Fightline: The making of a partnership
Flightline is campaigned by the partnership of Hronis Racing, Siena Farm, breeder Summer Wind Farm, West Point Thoroughbreds, and the Lane’s End-affiliated Woodford Racing. Bloodstock agent David Ingordo, who advises several of those entities, said the partnership came together quite naturally, as several of those groups already had ties with the others.
“It was very organic,” Ingordo said, “and it ended up being a match made in heaven for horse, trainer, and owners.”
Summer Wind Farm
Breeder Summer Wind Farm offered Flightline via the Lane’s End consignment at the 2019 Fasig-Tipton Saratoga selected yearling sale. Ingordo described breeder Jane Lyon as an integral first step in the partnership.
“We got to Saratoga, and Ms. Lyon was very up front that she’d like to stay in on the horse,” Ingordo said. “So she anchored it by keeping a percentage.”
Woodford Racing
Lane’s End principal Bill Farish is a founder of Woodford Racing, with Ben Haggin as operations director and Ingordo as bloodstock adviser.
“Bill loved the horse, because we’d been looking at him, and I loved the horse,” Ingordo said. “So that solidified the Lane’s End portion of it, and then [Woodford is] great business partners with West Point, so we brought them in.”
Roughly 50 partners in Woodford bought into the young Flightline, along with a package of other horses.
Lane’s End’s involvement also secured Flightline’s future as a stallion, as he will stand at the Versailles, Ky., farm, as property as a syndicate, upon his to-be-determined retirement.
“It’s as exciting as anything we’ve been involved with, going back to A.P. Indy and his Breeders’ Cup, or just any of them, really.”
West Point Thoroughbreds
West Point, founded in 1991, has enjoyed a long run as one of the nation’s leading partnerships and recorded its 1,000th victory this summer in Saratoga. The outfit has begun regularly teaming up with other entities, such as Woodford, to stretch its buying power at major auctions – as was the case when Flightline brought a cool $1 million at the Saratoga sale.
Seven West Point partners own a piece of Flightline.
“I think we all know that we’re in the midst of greatness,” West Point founder Terry Finley said. “No one’s trying to be arrogant or over the top – we’re all parochial toward our own horses. But the different camps in [our] ownership team, we look at each other, and we say, ‘Why us?’ ”
Hronis Racing
California-based brothers Kosta and Peter Hronis are primary clients for trainer John Sadler, who had asked Ingordo to keep his eyes open at the Saratoga yearling sale.
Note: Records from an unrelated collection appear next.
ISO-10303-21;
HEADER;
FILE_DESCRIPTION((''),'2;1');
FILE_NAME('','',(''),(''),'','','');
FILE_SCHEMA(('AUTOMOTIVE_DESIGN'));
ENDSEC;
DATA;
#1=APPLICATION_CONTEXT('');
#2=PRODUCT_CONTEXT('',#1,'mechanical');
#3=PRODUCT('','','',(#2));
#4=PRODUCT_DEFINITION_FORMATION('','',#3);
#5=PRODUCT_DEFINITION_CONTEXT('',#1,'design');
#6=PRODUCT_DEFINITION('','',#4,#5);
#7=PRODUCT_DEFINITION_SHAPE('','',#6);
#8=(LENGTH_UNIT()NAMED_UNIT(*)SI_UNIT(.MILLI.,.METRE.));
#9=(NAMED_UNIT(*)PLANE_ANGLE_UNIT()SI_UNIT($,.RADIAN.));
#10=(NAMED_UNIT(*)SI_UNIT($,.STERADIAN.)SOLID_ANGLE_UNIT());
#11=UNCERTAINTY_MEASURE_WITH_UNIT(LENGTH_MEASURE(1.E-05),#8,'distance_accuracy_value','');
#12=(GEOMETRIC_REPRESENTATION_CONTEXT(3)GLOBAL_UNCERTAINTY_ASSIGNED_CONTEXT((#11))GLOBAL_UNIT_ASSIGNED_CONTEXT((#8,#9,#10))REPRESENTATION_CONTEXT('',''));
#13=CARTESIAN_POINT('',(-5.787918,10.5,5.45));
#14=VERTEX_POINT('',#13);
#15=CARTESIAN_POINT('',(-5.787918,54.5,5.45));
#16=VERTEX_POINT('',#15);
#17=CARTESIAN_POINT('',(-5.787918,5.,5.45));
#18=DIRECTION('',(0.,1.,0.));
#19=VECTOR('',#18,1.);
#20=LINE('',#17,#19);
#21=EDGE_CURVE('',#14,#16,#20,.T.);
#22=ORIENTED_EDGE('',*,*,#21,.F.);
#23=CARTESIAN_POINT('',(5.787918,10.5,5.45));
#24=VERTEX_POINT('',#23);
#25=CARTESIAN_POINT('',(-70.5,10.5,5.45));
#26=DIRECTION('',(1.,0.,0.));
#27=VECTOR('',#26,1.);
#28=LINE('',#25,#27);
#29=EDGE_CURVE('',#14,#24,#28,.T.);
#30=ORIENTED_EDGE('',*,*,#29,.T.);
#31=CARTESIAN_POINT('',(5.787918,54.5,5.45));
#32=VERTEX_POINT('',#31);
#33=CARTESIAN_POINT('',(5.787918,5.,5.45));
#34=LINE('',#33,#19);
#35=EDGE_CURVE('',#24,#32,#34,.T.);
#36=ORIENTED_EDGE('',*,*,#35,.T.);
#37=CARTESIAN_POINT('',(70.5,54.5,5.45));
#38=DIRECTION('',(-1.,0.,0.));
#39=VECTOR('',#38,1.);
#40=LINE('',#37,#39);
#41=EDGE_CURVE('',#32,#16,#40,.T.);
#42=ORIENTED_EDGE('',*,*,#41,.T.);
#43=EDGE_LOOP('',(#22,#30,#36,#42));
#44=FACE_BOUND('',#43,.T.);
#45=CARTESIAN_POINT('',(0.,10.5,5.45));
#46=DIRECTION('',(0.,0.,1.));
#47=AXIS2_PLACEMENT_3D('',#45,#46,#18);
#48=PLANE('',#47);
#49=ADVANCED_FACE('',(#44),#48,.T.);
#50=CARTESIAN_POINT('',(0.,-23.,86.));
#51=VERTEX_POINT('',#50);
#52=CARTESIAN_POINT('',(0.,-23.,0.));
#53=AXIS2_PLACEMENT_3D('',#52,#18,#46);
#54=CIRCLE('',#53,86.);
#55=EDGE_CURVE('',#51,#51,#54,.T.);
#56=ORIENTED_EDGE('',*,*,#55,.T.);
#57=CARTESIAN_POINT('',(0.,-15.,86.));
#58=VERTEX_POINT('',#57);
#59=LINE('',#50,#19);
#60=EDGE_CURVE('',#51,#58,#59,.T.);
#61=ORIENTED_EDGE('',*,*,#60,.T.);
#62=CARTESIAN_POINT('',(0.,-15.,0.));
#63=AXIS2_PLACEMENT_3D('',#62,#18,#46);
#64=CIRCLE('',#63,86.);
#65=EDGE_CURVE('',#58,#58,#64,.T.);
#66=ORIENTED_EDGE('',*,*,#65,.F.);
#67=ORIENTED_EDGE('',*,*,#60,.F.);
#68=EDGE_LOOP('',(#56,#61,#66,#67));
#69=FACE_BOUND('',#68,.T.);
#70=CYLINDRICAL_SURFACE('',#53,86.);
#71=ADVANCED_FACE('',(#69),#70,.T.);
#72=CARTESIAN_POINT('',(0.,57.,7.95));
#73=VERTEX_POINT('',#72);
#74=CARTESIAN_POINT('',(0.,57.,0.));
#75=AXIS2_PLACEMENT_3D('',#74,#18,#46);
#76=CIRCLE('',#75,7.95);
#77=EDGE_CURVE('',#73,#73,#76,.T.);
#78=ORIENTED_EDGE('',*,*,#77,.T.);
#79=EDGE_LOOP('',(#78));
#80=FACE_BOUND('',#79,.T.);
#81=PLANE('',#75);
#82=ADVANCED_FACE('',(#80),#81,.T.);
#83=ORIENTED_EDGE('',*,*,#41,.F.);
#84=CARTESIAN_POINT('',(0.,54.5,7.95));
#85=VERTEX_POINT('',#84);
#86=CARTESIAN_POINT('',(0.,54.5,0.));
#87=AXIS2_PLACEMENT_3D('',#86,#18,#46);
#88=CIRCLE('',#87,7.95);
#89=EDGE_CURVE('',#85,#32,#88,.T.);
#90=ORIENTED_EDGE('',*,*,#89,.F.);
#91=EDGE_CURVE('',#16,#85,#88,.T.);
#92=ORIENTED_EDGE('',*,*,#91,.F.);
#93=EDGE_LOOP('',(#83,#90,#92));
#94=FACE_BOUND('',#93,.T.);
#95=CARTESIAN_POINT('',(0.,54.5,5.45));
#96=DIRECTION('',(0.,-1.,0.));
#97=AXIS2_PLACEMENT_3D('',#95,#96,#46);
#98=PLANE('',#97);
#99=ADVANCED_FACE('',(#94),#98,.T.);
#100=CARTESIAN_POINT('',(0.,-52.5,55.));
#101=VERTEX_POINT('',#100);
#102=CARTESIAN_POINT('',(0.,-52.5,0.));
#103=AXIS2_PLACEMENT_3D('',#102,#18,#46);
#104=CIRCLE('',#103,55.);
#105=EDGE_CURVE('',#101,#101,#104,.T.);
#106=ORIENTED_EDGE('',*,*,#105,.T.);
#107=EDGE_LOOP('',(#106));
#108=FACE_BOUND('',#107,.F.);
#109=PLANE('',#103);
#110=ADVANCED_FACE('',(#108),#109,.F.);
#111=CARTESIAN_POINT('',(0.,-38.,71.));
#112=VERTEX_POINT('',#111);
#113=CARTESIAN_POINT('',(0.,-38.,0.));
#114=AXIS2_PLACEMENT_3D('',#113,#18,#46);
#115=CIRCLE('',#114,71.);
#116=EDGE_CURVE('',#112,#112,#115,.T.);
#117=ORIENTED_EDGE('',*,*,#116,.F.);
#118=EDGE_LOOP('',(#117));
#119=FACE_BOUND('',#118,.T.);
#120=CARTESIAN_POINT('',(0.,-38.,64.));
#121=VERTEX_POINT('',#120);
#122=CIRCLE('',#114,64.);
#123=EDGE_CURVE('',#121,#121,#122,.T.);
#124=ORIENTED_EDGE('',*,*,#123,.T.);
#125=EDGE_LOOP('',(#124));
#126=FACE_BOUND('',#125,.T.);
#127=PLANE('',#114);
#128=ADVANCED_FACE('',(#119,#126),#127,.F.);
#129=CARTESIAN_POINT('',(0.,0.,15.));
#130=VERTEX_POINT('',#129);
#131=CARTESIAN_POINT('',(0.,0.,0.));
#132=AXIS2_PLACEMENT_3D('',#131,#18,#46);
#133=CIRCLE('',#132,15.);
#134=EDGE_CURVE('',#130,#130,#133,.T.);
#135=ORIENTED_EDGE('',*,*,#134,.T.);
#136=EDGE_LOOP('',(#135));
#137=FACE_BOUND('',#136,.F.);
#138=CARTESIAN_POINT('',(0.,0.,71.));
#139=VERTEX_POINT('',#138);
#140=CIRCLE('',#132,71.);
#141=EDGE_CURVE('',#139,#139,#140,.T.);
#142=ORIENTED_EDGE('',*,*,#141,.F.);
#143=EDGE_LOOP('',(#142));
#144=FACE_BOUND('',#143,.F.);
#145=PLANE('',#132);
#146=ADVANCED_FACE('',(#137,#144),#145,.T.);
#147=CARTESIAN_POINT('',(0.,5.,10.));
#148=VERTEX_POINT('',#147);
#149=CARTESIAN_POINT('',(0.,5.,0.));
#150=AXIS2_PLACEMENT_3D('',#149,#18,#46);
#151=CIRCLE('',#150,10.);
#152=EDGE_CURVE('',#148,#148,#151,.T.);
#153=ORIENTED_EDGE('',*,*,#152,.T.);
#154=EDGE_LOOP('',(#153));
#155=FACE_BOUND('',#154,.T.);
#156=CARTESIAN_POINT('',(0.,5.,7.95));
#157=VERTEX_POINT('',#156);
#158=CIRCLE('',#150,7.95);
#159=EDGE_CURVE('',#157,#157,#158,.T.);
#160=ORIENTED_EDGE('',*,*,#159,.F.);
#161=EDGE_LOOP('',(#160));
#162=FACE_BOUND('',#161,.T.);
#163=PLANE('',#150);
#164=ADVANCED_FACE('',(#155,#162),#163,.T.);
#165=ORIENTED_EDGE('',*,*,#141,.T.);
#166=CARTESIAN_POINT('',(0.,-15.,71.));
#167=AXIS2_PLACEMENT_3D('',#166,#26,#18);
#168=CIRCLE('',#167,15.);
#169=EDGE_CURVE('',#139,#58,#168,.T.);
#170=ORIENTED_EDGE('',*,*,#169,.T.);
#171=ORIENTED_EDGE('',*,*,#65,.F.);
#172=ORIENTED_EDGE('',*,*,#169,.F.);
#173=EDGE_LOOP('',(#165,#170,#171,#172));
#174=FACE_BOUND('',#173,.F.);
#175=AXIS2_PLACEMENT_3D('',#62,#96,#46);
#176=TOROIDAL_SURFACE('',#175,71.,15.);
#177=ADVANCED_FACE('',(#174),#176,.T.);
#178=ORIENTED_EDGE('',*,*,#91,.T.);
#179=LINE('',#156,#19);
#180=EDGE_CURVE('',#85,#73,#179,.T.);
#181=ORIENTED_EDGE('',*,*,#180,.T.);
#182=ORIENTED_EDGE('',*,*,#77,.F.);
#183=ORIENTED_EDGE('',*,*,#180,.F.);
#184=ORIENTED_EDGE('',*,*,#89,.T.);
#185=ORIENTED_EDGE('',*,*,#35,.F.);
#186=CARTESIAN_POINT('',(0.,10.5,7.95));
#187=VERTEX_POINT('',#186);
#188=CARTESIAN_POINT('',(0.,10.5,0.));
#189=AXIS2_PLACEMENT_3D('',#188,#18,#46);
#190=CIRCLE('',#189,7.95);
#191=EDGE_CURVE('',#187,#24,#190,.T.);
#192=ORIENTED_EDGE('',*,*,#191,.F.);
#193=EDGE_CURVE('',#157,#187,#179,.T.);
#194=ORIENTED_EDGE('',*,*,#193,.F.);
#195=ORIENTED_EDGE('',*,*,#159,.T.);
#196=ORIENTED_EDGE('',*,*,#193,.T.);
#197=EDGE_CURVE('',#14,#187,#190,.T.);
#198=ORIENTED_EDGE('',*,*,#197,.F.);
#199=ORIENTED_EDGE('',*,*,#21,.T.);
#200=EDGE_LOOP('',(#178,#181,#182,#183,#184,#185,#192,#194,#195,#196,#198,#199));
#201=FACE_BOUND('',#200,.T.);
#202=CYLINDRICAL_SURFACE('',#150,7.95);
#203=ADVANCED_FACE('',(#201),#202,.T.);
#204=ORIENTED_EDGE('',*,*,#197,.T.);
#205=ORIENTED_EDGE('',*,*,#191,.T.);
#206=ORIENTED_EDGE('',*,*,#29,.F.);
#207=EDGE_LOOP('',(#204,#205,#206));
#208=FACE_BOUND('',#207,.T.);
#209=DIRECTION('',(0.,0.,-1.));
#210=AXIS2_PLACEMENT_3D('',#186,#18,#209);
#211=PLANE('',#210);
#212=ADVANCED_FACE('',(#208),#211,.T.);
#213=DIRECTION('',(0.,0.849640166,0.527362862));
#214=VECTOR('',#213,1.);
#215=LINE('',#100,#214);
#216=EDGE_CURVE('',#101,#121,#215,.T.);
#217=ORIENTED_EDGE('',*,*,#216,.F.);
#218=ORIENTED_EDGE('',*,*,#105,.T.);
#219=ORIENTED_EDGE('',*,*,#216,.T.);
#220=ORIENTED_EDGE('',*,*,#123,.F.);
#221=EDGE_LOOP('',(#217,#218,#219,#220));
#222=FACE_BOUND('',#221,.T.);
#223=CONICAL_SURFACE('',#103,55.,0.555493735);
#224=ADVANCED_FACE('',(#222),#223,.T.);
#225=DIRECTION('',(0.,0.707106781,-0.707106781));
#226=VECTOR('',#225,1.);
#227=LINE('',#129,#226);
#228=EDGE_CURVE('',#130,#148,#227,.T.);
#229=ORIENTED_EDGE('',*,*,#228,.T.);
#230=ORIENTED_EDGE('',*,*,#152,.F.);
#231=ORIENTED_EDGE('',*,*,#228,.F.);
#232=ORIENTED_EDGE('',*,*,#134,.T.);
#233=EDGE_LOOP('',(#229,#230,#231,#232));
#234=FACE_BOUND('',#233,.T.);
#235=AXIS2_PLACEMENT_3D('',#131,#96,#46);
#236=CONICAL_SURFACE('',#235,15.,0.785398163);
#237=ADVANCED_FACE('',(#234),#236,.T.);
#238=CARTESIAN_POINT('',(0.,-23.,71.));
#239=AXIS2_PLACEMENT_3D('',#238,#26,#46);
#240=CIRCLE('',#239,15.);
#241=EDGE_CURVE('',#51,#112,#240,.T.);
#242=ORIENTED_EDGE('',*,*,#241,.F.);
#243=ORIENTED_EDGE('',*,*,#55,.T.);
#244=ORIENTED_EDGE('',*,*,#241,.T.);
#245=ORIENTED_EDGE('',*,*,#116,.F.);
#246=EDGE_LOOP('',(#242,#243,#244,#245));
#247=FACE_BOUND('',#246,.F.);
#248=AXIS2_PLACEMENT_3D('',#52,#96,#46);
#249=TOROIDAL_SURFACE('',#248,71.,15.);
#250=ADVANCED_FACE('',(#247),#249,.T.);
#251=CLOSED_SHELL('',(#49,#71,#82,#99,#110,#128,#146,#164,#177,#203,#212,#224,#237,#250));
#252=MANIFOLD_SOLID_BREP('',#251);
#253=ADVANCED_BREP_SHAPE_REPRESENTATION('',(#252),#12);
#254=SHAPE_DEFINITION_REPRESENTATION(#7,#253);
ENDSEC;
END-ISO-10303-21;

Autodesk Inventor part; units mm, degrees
ref_plane "YZ Plane" through (0, 0, 0) normal (1, 0, 0) x (0, 1, 0)
ref_plane "XZ Plane" through (0, 0, 0) normal (0, 1, 0) x (-1, 0, 0)
ref_plane "XY Plane" through (0, 0, 0) normal (0, 0, 1) x (1, 0, 0)
sketch "Sketch1" plane through (0, 0, 0) normal (1, 0, 0) x (0, 1, 0)
  line L0 (0, 83.4) -> (0, -13.9) construction
  line L1 (-74.4, 0) -> (78.9, 0) construction
  line L2 (0, 69.5) -> (-38, 69.5)
  line L3 (-38, 69.5) -> (-38, 64)
  line L4 (-52.5, 55) -> (-52.5, 0)
  line L5 (-52.5, 55) -> (-38, 64)
  line L6 (-52.5, 0) -> (0, 0)
  line L7 (0, 69.5) -> (0, 15)
  line L8 (0, 15) -> (5, 10)
  line L9 (5, 10) -> (5, 7.95)
  line L10 (5, 7.95) -> (57, 7.95)
  line L11 (57, 7.95) -> (57, 0)
  line L12 (57, 0) -> (0, 0)
  dimension "d1" = 139
  dimension "d2" = 110
  dimension "d3" = 128
  dimension "d4" = 52.5
  dimension "d6" = 14.5
  dimension "d7" = 20
  dimension "d8" = 135
  dimension "d9" = 5
  dimension "d10" = 15.9
  dimension "d11" = 57
revolve "Base" add sketch "Sketch1" angle 360 about axis through (0, 0, 0) along (0, 1, 0)
sketch "Sketch2" plane through (0, 0, 0) normal (1, 0, 0) x (0, 1, 0)
  line L0 (5, 7.95) -> (57, 7.95) construction
  line L1 (5, -10) -> (5, 10) construction
  line L2 (57, -7.95) -> (57, 7.95) construction
  line L3 (10.5, 7.95) -> (10.5, 5.45)
  line L4 (10.5, 5.45) -> (54.5, 5.45)
  line L5 (54.5, 5.45) -> (54.5, 7.95)
  line L6 (5, -7.95) -> (57, -7.95) construction
  line L7 (10.5, 7.95) -> (54.5, 7.95)
  point P0 (0, 0)
  dimension "d13" = 13.4
  dimension "d14" = 5.5
  dimension "d15" = 2.5
  dimension "d16" = 44
extrude "Cut" cut sketch "Sketch2" along normal through all both and the other way through all
sketch "Sketch3" plane through (0, 0, 0) normal (1, 0, 0) x (0, 1, 0)
  line L0 (-38, 69.5) -> (0, 69.5) construction
  line L1 (-74.4, 0) -> (78.9, 0) construction
  line L2 (0, 97.3) -> (0, -97.3) construction
  line L3 (-38, -69.5) -> (-38, 69.5) construction
  line L4 (0, -69.5) -> (0, 69.5) projected
  line L5 (0, 69.5) -> (-38, 69.5)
“The last piece was, John said ‘If you see a really, really good one that we might have to take a piece of in partnership, I’m in and will get the Hronises in,’ ” Ingordo said. Thus assembled the first four partners in Flightline who purchased the seven-figure colt.
Flightline races in the Hronis green and will eventually join former colorbearers Accelerate, Catalina Cruiser, and Gift Box at Lane’s End.
Siena Farm
The Kentucky farm founded by Anthony Manganaro, with partners Nacho Patino and David Pope, came into the partnership thanks to ties to West Point and Ingordo.
“Anthony Manganaro, his nephew Paul, is a great partner of mine,” Ingordo said. “And Anthony has done things with Terry Finley at West Point on and off over the years. So Terry brought him in on their end of it.”
New Partners?
Although Flightline’s future will be decided after Saturday’s Classic, someone else could come along for the ride. A 2.5 percent interest in the colt, part of the West Point share, will be publicly offered at the Keeneland November breeding stock sale two days following the race. It is expected to be the only opportunity to buy into Flightline before his eventual retirement.
“Our partners, by and large, are in the racing business,” Finley said. “But he’s also captivated people in terms of getting into the breeding business and buying a part of a couple broodmares to breed to him. I’d like to think that the partners on the Woodford and West Point groups, I’d like to think that they’re gonna be owners for life after owning a piece of Flightline.”